Every line of the following records that includes "amount" should be copied.

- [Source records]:
====================
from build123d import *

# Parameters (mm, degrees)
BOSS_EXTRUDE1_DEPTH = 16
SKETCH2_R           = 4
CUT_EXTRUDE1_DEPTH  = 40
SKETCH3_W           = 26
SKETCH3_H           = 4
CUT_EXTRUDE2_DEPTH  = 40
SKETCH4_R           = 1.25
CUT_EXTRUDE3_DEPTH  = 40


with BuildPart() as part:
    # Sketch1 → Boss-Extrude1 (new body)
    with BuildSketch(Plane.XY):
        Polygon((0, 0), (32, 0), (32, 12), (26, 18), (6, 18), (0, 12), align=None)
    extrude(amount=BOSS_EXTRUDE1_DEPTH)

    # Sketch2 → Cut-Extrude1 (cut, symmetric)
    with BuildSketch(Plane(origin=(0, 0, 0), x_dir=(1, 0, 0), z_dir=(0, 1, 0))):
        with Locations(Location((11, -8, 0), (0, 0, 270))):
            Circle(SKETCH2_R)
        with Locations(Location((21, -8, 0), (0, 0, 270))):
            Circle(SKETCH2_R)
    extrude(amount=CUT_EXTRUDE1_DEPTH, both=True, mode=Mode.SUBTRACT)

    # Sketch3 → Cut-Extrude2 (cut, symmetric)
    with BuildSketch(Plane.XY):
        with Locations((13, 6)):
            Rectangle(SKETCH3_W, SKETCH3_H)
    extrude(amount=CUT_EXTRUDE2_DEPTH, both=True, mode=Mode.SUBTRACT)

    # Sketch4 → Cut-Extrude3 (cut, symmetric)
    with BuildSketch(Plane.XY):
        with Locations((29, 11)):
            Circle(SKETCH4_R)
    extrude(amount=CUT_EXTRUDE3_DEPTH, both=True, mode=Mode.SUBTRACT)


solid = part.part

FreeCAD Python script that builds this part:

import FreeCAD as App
import Part
import Sketcher

V = App.Vector
Q = App.Units.Quantity

doc = App.newDocument("Part")
body = doc.addObject("PartDesign::Body", "Body")

# Sketch on XY plane
sketch1 = doc.addObject("Sketcher::SketchObject", "Sketch")
body.addObject(sketch1)
sketch1.AttachmentSupport = (doc.XY_Plane, [""])
sketch1.MapMode = "FlatFace"
sketch1.addGeometry(Part.LineSegment(V(0, 0, 0), V(32, 0, 0)), False)
sketch1.addGeometry(Part.LineSegment(V(32, 0, 0), V(32, 12, 0)), False)
sketch1.addGeometry(Part.LineSegment(V(32, 12, 0), V(26, 18, 0)), False)
sketch1.addGeometry(Part.LineSegment(V(26, 18, 0), V(6, 18, 0)), False)
sketch1.addGeometry(Part.LineSegment(V(6, 18, 0), V(0, 12, 0)), False)
sketch1.addGeometry(Part.LineSegment(V(0, 12, 0), V(0, 0, 0)), False)
sketch1.addConstraint(Sketcher.Constraint("Coincident", 0, 2, 1, 1))
sketch1.addConstraint(Sketcher.Constraint("Coincident", 1, 2, 2, 1))
sketch1.addConstraint(Sketcher.Constraint("Coincident", 2, 2, 3, 1))
sketch1.addConstraint(Sketcher.Constraint("Coincident", 3, 2, 4, 1))
sketch1.addConstraint(Sketcher.Constraint("Coincident", 4, 2, 5, 1))
sketch1.addConstraint(Sketcher.Constraint("Coincident", 5, 2, 0, 1))
sketch1.addConstraint(Sketcher.Constraint("Horizontal", 0))
sketch1.addConstraint(Sketcher.Constraint("Vertical", 1))
sketch1.addConstraint(Sketcher.Constraint("Horizontal", 3))
sketch1.addConstraint(Sketcher.Constraint("Vertical", 5))
sketch1.addConstraint(Sketcher.Constraint("Coincident", 5, 2, -1, 1))
sketch1.addConstraint(Sketcher.Constraint("Perpendicular", 2, 4))
sketch1.addConstraint(Sketcher.Constraint("Horizontal", 1, 2, 4, 2))
sketch1.addConstraint(Sketcher.Constraint("Equal", 2, 4))
sketch1.addConstraint(Sketcher.Constraint("DistanceX", 0, 1, 0, 2, Q("32 mm")))
sketch1.addConstraint(Sketcher.Constraint("DistanceX", 3, 2, 3, 1, Q("20 mm")))
sketch1.addConstraint(Sketcher.Constraint("DistanceY", 1, 1, 1, 2, Q("12 mm")))
pad1 = doc.addObject("PartDesign::Pad", "Pad")
body.addObject(pad1)
pad1.Profile = sketch1
pad1.Length = 16

# Sketch on XZ plane
sketch2 = doc.addObject("Sketcher::SketchObject", "Sketch001")
body.addObject(sketch2)
sketch2.AttachmentSupport = (doc.XZ_Plane, [""])
sketch2.MapMode = "FlatFace"
sketch2.addGeometry(Part.Circle(V(11, 8, 0), V(0, 0, 1), 4), False)
sketch2.addGeometry(Part.Circle(V(21, 8, 0), V(0, 0, 1), 4), False)
sketch2.addConstraint(Sketcher.Constraint("Equal", 0, 1))
sketch2.addConstraint(Sketcher.Constraint("Horizontal", 0, 3, 1, 3))
sketch2.addConstraint(Sketcher.Constraint("Diameter", 0, Q("8 mm")))
sketch2.addConstraint(Sketcher.Constraint("DistanceX", -1, 1, 0, 3, Q("11 mm")))
sketch2.addConstraint(Sketcher.Constraint("DistanceY", -1, 1, 0, 3, Q("8 mm")))
sketch2.addConstraint(Sketcher.Constraint("DistanceX", -1, 1, 1, 3, Q("21 mm")))
pocket1 = doc.addObject("PartDesign::Pocket", "Pocket")
body.addObject(pocket1)
pocket1.Profile = sketch2
pocket1.Length = 80
pocket1.Midplane = True

# Sketch on XY plane
sketch3 = doc.addObject("Sketcher::SketchObject", "Sketch002")
body.addObject(sketch3)
sketch3.AttachmentSupport = (doc.XY_Plane, [""])
sketch3.MapMode = "FlatFace"
sketch3.addGeometry(Part.LineSegment(V(0, 8, 0), V(0, 4, 0)), False)
sketch3.addGeometry(Part.LineSegment(V(0, 4, 0), V(26, 4, 0)), False)
sketch3.addGeometry(Part.LineSegment(V(26, 4, 0), V(26, 8, 0)), False)
sketch3.addGeometry(Part.LineSegment(V(26, 8, 0), V(0, 8, 0)), False)
sketch3.addConstraint(Sketcher.Constraint("Coincident", 0, 2, 1, 1))
sketch3.addConstraint(Sketcher.Constraint("Coincident", 1, 2, 2, 1))
sketch3.addConstraint(Sketcher.Constraint("Coincident", 2, 2, 3, 1))
sketch3.addConstraint(Sketcher.Constraint("Coincident", 3, 2, 0, 1))
sketch3.addConstraint(Sketcher.Constraint("Vertical", 0))
sketch3.addConstraint(Sketcher.Constraint("Horizontal", 1))
sketch3.addConstraint(Sketcher.Constraint("Vertical", 2))
sketch3.addConstraint(Sketcher.Constraint("Horizontal", 3))
sketch3.addConstraint(Sketcher.Constraint("PointOnObject", 0, 2, -2))
sketch3.addConstraint(Sketcher.Constraint("DistanceX", 1, 1, 1, 2, Q("26 mm")))
sketch3.addConstraint(Sketcher.Constraint("DistanceY", 0, 2, 0, 1, Q("4 mm")))
sketch3.addConstraint(Sketcher.Constraint("DistanceY", -1, 1, 0, 2, Q("4 mm")))
pocket2 = doc.addObject("PartDesign::Pocket", "Pocket001")
body.addObject(pocket2)
pocket2.Profile = sketch3
pocket2.Length = 80
pocket2.Midplane = True

# Sketch on XY plane
sketch4 = doc.addObject("Sketcher::SketchObject", "Sketch003")
body.addObject(sketch4)
sketch4.AttachmentSupport = (doc.XY_Plane, [""])
sketch4.MapMode = "FlatFace"
sketch4.addGeometry(Part.Circle(V(29, 11, 0), V(0, 0, 1), 1.2), False)
sketch4.addConstraint(Sketcher.Constraint("Diameter", 0, Q("2.5 mm")))
sketch4.addConstraint(Sketcher.Constraint("DistanceX", -1, 1, 0, 3, Q("29 mm")))
sketch4.addConstraint(Sketcher.Constraint("DistanceY", -1, 1, 0, 3, Q("11 mm")))
pocket3 = doc.addObject("PartDesign::Pocket", "Pocket002")
body.addObject(pocket3)
pocket3.Profile = sketch4
pocket3.Length = 80
pocket3.Midplane = True

doc.recompute()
====================
- [Response below]:
    extrude(amount=BOSS_EXTRUDE1_DEPTH)
    extrude(amount=CUT_EXTRUDE1_DEPTH, both=True, mode=Mode.SUBTRACT)
    extrude(amount=CUT_EXTRUDE2_DEPTH, both=True, mode=Mode.SUBTRACT)
    extrude(amount=CUT_EXTRUDE3_DEPTH, both=True, mode=Mode.SUBTRACT)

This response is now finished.